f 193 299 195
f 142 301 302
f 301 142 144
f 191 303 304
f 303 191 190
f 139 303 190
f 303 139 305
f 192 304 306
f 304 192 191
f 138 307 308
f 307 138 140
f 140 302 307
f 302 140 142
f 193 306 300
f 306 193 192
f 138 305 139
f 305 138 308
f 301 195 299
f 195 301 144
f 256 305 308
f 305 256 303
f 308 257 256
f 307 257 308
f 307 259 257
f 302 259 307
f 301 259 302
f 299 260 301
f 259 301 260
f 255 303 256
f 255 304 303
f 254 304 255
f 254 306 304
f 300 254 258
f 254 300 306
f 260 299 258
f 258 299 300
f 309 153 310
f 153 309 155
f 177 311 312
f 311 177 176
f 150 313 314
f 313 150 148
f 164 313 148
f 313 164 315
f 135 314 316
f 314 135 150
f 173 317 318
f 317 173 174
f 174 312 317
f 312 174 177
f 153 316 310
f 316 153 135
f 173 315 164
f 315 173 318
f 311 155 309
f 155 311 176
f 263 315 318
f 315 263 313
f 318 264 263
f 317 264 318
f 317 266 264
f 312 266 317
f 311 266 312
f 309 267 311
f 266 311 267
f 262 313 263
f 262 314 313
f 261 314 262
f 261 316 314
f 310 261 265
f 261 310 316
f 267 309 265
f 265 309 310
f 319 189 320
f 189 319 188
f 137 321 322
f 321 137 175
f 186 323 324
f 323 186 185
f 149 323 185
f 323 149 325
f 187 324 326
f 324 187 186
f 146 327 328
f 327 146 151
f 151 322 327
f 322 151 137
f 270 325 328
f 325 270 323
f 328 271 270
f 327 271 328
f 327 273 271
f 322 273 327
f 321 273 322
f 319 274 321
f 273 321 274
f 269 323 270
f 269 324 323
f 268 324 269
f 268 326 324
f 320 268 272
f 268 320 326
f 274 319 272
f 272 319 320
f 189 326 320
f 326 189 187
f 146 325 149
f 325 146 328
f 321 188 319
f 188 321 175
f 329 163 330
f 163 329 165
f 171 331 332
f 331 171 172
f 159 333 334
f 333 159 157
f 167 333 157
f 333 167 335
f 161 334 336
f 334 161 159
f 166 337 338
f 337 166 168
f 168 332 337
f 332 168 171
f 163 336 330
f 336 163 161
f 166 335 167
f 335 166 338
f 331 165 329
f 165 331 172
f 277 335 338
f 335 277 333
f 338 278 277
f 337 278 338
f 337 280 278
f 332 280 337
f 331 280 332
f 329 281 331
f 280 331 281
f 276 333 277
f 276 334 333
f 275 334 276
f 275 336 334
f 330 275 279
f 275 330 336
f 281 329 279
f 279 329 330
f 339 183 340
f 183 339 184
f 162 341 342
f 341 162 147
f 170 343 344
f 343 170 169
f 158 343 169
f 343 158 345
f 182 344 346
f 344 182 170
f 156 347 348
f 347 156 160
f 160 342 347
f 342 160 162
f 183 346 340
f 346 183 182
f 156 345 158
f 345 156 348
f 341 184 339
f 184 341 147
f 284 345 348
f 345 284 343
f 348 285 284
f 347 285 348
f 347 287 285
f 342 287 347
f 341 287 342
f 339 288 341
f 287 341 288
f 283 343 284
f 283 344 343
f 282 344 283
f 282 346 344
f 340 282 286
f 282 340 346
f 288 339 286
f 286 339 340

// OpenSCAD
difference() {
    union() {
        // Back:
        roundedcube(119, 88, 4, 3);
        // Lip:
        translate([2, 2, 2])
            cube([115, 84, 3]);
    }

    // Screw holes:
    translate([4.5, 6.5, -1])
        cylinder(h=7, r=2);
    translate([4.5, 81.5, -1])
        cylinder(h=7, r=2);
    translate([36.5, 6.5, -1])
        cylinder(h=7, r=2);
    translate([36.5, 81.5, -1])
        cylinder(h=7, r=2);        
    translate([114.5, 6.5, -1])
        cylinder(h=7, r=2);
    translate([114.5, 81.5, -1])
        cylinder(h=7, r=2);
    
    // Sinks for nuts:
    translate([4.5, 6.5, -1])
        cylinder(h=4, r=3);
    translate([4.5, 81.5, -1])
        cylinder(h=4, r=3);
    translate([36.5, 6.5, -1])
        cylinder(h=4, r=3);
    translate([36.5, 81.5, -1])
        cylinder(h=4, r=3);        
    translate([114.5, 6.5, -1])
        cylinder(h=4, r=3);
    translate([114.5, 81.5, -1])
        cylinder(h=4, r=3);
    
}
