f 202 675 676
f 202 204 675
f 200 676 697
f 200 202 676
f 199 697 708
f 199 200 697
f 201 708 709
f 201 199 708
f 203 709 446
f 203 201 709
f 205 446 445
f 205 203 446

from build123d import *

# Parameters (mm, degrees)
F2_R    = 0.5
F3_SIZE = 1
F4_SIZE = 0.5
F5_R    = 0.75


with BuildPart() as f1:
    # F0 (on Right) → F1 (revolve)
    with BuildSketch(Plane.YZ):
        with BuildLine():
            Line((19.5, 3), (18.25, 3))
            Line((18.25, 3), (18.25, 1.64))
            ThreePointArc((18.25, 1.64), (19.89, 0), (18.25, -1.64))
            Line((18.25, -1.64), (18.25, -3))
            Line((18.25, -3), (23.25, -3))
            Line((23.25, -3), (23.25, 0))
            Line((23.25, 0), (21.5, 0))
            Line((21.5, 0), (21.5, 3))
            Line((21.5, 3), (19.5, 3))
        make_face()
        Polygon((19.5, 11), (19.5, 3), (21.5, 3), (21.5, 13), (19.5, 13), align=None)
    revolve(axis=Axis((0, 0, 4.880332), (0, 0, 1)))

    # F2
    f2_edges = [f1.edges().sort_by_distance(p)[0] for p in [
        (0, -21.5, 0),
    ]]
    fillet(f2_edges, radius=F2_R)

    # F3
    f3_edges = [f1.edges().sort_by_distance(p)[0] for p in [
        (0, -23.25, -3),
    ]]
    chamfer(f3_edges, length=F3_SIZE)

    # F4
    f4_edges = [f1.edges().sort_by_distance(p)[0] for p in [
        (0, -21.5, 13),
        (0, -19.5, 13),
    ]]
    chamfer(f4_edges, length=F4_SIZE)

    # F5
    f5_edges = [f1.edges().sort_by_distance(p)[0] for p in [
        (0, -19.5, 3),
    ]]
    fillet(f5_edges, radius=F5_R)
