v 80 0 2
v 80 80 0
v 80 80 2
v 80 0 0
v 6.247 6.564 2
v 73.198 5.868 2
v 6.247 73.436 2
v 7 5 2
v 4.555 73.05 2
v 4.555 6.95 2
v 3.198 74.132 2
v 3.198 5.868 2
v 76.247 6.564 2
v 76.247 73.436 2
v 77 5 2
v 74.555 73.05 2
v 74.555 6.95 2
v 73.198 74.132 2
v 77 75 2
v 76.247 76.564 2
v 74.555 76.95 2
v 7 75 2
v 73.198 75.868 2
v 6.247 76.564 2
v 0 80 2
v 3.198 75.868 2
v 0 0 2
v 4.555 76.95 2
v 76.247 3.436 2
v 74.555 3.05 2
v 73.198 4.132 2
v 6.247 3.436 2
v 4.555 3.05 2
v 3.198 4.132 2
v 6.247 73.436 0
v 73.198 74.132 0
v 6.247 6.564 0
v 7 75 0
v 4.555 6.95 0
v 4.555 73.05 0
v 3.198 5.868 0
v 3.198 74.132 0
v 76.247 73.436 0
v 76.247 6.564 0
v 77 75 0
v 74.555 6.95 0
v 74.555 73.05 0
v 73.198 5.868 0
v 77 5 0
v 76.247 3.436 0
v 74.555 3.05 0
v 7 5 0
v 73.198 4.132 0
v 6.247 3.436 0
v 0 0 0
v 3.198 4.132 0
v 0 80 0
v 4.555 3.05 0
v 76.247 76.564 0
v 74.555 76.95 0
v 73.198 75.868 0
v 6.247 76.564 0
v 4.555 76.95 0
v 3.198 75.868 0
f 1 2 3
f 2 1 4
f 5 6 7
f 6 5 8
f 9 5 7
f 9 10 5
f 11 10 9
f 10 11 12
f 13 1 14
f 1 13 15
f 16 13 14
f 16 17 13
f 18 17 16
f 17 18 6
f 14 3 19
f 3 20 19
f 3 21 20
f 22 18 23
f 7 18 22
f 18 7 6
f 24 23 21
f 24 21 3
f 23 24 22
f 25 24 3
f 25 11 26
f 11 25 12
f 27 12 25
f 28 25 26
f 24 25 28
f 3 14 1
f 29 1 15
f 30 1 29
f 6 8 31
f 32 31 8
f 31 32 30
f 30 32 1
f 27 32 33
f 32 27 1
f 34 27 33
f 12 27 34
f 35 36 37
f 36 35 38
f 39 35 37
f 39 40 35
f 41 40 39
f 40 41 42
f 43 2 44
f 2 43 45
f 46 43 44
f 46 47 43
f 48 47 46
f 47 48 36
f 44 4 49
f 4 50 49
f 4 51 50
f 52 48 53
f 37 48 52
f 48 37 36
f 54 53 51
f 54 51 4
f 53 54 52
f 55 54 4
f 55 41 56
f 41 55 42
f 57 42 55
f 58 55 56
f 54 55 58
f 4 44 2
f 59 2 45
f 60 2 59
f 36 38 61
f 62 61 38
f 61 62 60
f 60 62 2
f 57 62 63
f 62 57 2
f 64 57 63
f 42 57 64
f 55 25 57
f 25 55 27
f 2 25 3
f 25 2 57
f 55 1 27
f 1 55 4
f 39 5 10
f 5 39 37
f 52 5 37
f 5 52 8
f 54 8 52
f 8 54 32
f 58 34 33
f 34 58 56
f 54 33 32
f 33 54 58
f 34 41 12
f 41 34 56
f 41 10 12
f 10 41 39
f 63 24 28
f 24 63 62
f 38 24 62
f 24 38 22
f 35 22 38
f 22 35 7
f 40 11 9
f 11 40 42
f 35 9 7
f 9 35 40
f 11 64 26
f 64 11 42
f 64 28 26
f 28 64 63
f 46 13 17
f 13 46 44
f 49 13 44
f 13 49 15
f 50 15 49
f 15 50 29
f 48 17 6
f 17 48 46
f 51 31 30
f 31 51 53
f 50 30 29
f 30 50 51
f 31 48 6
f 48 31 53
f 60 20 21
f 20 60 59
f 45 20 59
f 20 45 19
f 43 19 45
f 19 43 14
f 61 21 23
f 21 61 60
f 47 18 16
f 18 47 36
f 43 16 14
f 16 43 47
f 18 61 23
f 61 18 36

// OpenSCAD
difference() {
    cube([80, 80, 2]);
    translate([5,5,0]) {
        cylinder(d=4, h=5);
    }
    translate([5,75,0]) {
        cylinder(d=4, h=5);
    }
    translate([75,5,0]) {
        cylinder(d=4, h=5);
    }
    translate([75,75,0]) {
        cylinder(d=4, h=5);
    }
};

> _What to work on_: Copy exactly the lines that run from the first line of the data to the line containing "f 258 299 300", please, with both ends included and nothing else.

> _Problem solution_:
f 193 299 195
f 142 301 302
f 301 142 144
f 191 303 304
f 303 191 190
f 139 303 190
f 303 139 305
f 192 304 306
f 304 192 191
f 138 307 308
f 307 138 140
f 140 302 307
f 302 140 142
f 193 306 300
f 306 193 192
f 138 305 139
f 305 138 308
f 301 195 299
f 195 301 144
f 256 305 308
f 305 256 303
f 308 257 256
f 307 257 308
f 307 259 257
f 302 259 307
f 301 259 302
f 299 260 301
f 259 301 260
f 255 303 256
f 255 304 303
f 254 304 255
f 254 306 304
f 300 254 258
f 254 300 306
f 260 299 258
f 258 299 300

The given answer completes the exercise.